Looking at the previous replies in the thread I suspect they probably would, but let's wait for one of them to come along and tell us.


----------



## kentix

Sheikhbutt said:


> When you are doing your homework and you say :
> "I am done with my homework lets have some fun" to your friend after the completion of the homework.
> What does it mean?
> Does it nessarily mean that you will not do any sort of further homeworks in your rest of the life?


You're eating dinner and you say, "I'm done with with my soup."

Is it reasonable to think that means "I'll never eat soup again for the rest of my life"?


----------



## tunaafi

No.


----------



## Sheikhbutt

kentix said:


> You're eating dinner and you say, "I'm done with with my soup."
> 
> Is it reasonable to think that means "I'll never eat soup again for the rest of my life"?


So what does it mean to you?


----------



## kentix

It means I'm done eating my soup. There is no more left in the bowl.


----------



## Sheikhbutt

It simply mean what I was asking in the case of homework.
I am done with my home work is an alternative of saying I have completed homework.
But I got confuse in post #11.


----------



## kentix

Sheikhbutt said:


> But I got confuse in post #11


That helps a lot in understanding your question. Thanks.


PaulQ said:


> "I *am *done (adjective) with X"


This is a different meaning.

I am done with soup. - I am no longer interested in eating soup anymore at all.

I am done with *my* soup. - My bowl is empty. I have eaten all the soup that was in my bowl.

In the first sentence, it doesn't say my soup, the soup, his soup, our soup. It just says "soup" so it stands for all soup.


----------



## Sheikhbutt

I am done with soup:
Apply that you no more like soup and you are in mood of eating if you ever get chance to eat it.
I am done with my soup:
The soup which I was eating is finished now and it doesnot apply to whether you will eat or not in future.Right?

And please reply to my post #36 also.


----------



## owlman5

Sheikhbutt said:


> The soup which I was eating is finished now and it doesnot apply to whether you will eat or not in future.Right?


Right.


----------



## Sheikhbutt

Please reply to the post 36 aswell.


----------



## owlman5

Sheikhbutt said:


> I am done with my home work is an alternative _way_ of saying I have completed _my_ homework.


Yes, it is.


----------



## Sheikhbutt

kentix said:


> That helps a lot in understanding your question. Thanks.
> 
> This is a different meaning.
> 
> I am done with soup. - I am no longer interested in eating soup anymore at all.
> 
> I am done with *my* soup. - My bowl is empty. I have eaten all the soup that was in my bowl.
> 
> In the first sentence, it doesn't say my soup, the soup, his soup, our soup. It just says "soup" so it stands for all soup.


I am done with the soup: can also mean you have eaten all your soup or you are no more interested in eating the specific soup that you are eating, it doesnot apply the soup in general.
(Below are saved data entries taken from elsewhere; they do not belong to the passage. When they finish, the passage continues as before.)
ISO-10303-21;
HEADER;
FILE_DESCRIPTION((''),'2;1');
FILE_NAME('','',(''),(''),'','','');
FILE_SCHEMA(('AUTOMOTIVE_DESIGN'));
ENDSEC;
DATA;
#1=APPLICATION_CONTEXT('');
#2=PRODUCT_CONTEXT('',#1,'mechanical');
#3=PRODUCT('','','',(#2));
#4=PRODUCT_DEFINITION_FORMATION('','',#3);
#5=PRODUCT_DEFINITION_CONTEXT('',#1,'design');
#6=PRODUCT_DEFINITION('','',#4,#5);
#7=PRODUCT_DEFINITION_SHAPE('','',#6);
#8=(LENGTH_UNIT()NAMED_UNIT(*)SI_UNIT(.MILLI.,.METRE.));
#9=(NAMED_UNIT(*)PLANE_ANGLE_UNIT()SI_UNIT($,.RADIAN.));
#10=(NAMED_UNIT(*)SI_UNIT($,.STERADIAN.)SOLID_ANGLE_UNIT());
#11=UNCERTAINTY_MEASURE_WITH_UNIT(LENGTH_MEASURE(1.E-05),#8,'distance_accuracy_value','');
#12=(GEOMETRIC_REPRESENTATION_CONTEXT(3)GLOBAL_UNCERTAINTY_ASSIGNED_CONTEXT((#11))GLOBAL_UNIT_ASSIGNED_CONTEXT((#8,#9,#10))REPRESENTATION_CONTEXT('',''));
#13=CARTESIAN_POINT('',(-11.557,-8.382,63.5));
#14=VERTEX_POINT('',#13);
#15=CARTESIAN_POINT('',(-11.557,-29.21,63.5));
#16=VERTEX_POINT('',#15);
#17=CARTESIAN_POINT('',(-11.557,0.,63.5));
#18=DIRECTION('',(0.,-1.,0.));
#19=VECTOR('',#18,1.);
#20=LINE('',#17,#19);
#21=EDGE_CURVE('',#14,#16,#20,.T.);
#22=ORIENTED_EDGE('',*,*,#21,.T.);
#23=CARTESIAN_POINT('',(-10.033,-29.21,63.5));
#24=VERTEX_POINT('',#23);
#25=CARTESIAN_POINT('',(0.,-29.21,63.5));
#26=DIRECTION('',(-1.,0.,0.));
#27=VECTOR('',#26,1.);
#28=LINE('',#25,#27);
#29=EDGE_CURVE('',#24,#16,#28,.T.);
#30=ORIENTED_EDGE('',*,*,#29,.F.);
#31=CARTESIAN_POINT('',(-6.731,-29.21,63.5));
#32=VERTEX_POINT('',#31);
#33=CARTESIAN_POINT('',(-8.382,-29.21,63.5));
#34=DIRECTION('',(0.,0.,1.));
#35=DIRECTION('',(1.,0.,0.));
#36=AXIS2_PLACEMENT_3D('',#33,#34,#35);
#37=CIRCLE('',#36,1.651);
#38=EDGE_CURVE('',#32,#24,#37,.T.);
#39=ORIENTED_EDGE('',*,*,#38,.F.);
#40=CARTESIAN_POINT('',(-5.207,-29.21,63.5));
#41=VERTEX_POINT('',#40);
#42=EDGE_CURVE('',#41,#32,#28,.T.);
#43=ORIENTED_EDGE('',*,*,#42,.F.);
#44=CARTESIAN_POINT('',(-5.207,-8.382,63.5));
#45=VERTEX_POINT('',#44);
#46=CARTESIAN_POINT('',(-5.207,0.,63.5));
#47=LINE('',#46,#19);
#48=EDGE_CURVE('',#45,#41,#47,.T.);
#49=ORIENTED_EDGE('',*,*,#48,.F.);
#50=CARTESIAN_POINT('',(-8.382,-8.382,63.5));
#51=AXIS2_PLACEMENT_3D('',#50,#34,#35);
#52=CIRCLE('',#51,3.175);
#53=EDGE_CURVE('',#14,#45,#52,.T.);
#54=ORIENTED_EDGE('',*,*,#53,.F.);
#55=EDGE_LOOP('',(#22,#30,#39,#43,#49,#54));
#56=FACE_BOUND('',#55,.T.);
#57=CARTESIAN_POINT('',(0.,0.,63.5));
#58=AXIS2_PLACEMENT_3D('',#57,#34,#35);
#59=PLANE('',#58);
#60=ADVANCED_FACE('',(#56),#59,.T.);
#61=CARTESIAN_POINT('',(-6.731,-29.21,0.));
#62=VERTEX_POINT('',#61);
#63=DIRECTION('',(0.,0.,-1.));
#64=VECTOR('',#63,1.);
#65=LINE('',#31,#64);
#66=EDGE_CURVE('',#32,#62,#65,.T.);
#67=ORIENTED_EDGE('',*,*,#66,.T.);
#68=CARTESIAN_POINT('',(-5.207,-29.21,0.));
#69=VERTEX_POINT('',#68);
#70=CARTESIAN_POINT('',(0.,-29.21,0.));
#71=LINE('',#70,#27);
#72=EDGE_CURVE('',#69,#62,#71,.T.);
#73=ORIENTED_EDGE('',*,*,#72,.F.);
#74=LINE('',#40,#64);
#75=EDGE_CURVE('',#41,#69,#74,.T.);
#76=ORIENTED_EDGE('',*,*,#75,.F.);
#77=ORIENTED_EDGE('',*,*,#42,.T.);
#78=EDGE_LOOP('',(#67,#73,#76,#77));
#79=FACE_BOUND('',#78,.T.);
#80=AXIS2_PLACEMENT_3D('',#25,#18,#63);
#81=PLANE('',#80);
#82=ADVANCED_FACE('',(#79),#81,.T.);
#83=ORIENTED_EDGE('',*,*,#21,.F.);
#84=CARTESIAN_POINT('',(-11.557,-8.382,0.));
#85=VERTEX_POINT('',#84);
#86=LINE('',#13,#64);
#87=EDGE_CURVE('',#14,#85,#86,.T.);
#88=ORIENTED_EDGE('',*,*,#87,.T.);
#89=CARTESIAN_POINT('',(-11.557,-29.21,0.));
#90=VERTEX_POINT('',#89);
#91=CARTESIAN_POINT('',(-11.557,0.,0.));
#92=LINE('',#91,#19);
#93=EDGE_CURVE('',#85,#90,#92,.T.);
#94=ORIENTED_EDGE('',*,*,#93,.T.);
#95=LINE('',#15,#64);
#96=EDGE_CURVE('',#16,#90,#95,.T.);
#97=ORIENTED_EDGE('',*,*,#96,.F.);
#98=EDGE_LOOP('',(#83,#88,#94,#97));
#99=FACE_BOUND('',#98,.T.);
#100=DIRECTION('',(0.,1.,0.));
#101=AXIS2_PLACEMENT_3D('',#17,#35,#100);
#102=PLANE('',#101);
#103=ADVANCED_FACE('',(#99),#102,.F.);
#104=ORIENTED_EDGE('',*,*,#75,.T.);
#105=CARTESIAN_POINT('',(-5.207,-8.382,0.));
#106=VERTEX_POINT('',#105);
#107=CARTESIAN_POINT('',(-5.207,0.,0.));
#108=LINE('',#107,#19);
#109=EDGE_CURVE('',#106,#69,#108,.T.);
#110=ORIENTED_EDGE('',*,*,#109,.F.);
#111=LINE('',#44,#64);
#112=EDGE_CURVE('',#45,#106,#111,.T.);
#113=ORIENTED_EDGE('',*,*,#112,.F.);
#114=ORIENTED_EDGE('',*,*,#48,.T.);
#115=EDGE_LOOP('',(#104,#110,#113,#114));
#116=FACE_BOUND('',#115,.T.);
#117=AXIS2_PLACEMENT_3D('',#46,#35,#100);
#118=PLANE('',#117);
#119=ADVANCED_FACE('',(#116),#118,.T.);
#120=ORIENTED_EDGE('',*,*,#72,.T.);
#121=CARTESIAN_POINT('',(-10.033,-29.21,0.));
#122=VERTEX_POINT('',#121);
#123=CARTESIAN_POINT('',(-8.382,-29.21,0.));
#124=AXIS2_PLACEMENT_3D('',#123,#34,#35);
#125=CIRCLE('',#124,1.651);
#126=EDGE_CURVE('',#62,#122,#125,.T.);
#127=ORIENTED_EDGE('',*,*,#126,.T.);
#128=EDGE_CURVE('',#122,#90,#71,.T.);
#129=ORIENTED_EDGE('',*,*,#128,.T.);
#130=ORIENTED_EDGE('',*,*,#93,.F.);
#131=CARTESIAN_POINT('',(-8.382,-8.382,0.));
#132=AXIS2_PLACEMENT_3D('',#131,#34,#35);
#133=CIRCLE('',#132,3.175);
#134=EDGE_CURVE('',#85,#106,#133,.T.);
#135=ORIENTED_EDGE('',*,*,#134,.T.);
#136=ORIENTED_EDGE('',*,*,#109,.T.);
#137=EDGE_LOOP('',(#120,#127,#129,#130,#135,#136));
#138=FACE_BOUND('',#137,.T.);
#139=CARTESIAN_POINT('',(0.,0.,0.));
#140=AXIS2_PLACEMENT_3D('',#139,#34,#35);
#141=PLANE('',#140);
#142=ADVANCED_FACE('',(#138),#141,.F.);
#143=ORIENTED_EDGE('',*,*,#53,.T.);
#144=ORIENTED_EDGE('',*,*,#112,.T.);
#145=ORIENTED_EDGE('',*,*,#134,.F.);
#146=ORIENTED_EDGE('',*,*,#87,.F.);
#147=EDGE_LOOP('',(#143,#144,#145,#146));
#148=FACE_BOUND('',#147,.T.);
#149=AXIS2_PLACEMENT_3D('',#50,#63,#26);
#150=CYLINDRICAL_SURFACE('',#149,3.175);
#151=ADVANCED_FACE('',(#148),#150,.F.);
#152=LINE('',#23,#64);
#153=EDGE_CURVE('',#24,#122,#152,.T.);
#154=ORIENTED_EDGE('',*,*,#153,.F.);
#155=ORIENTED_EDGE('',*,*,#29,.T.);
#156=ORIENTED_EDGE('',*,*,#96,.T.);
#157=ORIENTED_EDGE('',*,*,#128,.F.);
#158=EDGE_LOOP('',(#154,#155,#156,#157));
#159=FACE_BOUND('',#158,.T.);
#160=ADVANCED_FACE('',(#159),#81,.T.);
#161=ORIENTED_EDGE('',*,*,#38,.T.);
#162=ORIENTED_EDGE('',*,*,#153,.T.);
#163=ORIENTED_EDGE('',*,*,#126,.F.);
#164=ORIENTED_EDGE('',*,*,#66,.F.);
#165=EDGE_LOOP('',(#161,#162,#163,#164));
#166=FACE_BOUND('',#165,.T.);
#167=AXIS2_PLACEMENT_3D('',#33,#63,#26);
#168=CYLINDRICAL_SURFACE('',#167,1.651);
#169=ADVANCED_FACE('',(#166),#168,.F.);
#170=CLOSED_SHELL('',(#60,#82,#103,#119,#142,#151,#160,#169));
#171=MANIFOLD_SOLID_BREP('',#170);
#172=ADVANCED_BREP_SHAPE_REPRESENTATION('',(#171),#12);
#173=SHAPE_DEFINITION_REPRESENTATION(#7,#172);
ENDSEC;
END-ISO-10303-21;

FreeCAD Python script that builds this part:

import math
import FreeCAD as App
import Part
import Sketcher

V = App.Vector
Q = App.Units.Quantity

doc = App.newDocument("Part")
params = doc.addObject("Spreadsheet::Sheet", "Params")
for row, (alias, value) in enumerate([
    ("sketch1_radius", "0.125 in"),
    ("sketch1_radius2", "0.065 in"),
    ("sketch1_height", "0.82 in"),
    ("pad1_length", "2.5 in"),
], start=1):
    params.set(f"A{row}", alias)
    params.set(f"B{row}", "=" + value)
    params.setAlias(f"B{row}", alias)

body = doc.addObject("PartDesign::Body", "Body")

# Sketch on XY plane
sketch1 = doc.addObject("Sketcher::SketchObject", "Sketch")
body.addObject(sketch1)
sketch1.AttachmentSupport = (doc.XY_Plane, [""])
sketch1.MapMode = "FlatFace"
sketch1.addGeometry(Part.LineSegment(V(-5.2, -29.2, 0), V(-5.2, -8.4, 0)), False)
sketch1.addGeometry(Part.ArcOfCircle(Part.Circle(V(-8.4, -8.4, 0), V(0, 0, 1), 3.2), math.radians(180), math.radians(360)), False)
sketch1.addGeometry(Part.LineSegment(V(-11.6, -8.4, 0), V(-11.6, -29.2, 0)), False)
sketch1.addGeometry(Part.LineSegment(V(-11.6, -29.2, 0), V(-10, -29.2, 0)), False)
sketch1.addGeometry(Part.ArcOfCircle(Part.Circle(V(-8.4, -29.2, 0), V(0, 0, 1), 1.7), math.radians(0), math.radians(180)), False)
sketch1.addGeometry(Part.LineSegment(V(-6.7, -29.2, 0), V(-5.2, -29.2, 0)), False)
sketch1.addConstraint(Sketcher.Constraint("Tangent", 0, 2, 1, 2))
sketch1.addConstraint(Sketcher.Constraint("Tangent", 1, 1, 2, 1))
sketch1.addConstraint(Sketcher.Constraint("Coincident", 2, 2, 3, 1))
sketch1.addConstraint(Sketcher.Constraint("Coincident", 3, 2, 4, 2))
sketch1.addConstraint(Sketcher.Constraint("Coincident", 4, 1, 5, 1))
sketch1.addConstraint(Sketcher.Constraint("Coincident", 5, 2, 0, 1))
sketch1.addConstraint(Sketcher.Constraint("Vertical", 0))
sketch1.addConstraint(Sketcher.Constraint("Vertical", 2))
sketch1.addConstraint(Sketcher.Constraint("Horizontal", 3))
sketch1.addConstraint(Sketcher.Constraint("Horizontal", 5))
sketch1.addConstraint(Sketcher.Constraint("Horizontal", 4, 3, 2, 2))
sketch1.addConstraint(Sketcher.Constraint("Horizontal", 3, 2, 4, 1))
sketch1.addConstraint(Sketcher.Constraint("Vertical", 1, 3, 4, 3))
sketch1.addConstraint(Sketcher.Constraint("Radius", 1, Q("0.125 in")))
sketch1.addConstraint(Sketcher.Constraint("Radius", 4, Q("0.065 in")))
sketch1.addConstraint(Sketcher.Constraint("DistanceY", 0, 1, 0, 2, Q("0.82 in")))
sketch1.addConstraint(Sketcher.Constraint("DistanceX", 1, 3, -1, 1, Q("0.33 in")))
sketch1.addConstraint(Sketcher.Constraint("DistanceY", 1, 3, -1, 1, Q("0.33 in")))
sketch1.setExpression("Constraints[13]", "Params.sketch1_radius")
sketch1.setExpression("Constraints[14]", "Params.sketch1_radius2")
sketch1.setExpression("Constraints[15]", "Params.sketch1_height")
pad1 = doc.addObject("PartDesign::Pad", "Pad")
body.addObject(pad1)
pad1.Profile = sketch1
pad1.setExpression("Length", "Params.pad1_length")

doc.recompute()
That you won't eat any soup again, right?
Same as the example in Cambridge dictionary:
I am all done with the vacuuming, is there anything else I can do.DONE | meaning in the Cambridge English Dictionary


----------



## owlman5

Sheikhbutt said:


> I am done with the soup: can also mean you have eaten all your soup or you are no more interested in eating the specific soup that you are eating, it does not apply to the soup in general. That you want eat any soup again, right?


Right. _I am done with *the* soup. =  _I have had enough of the soup that I have been eating. ( Maybe I will eat some more later.)

_I am done with soup.  = I no longer like soup.  I never intend to eat any again._


----------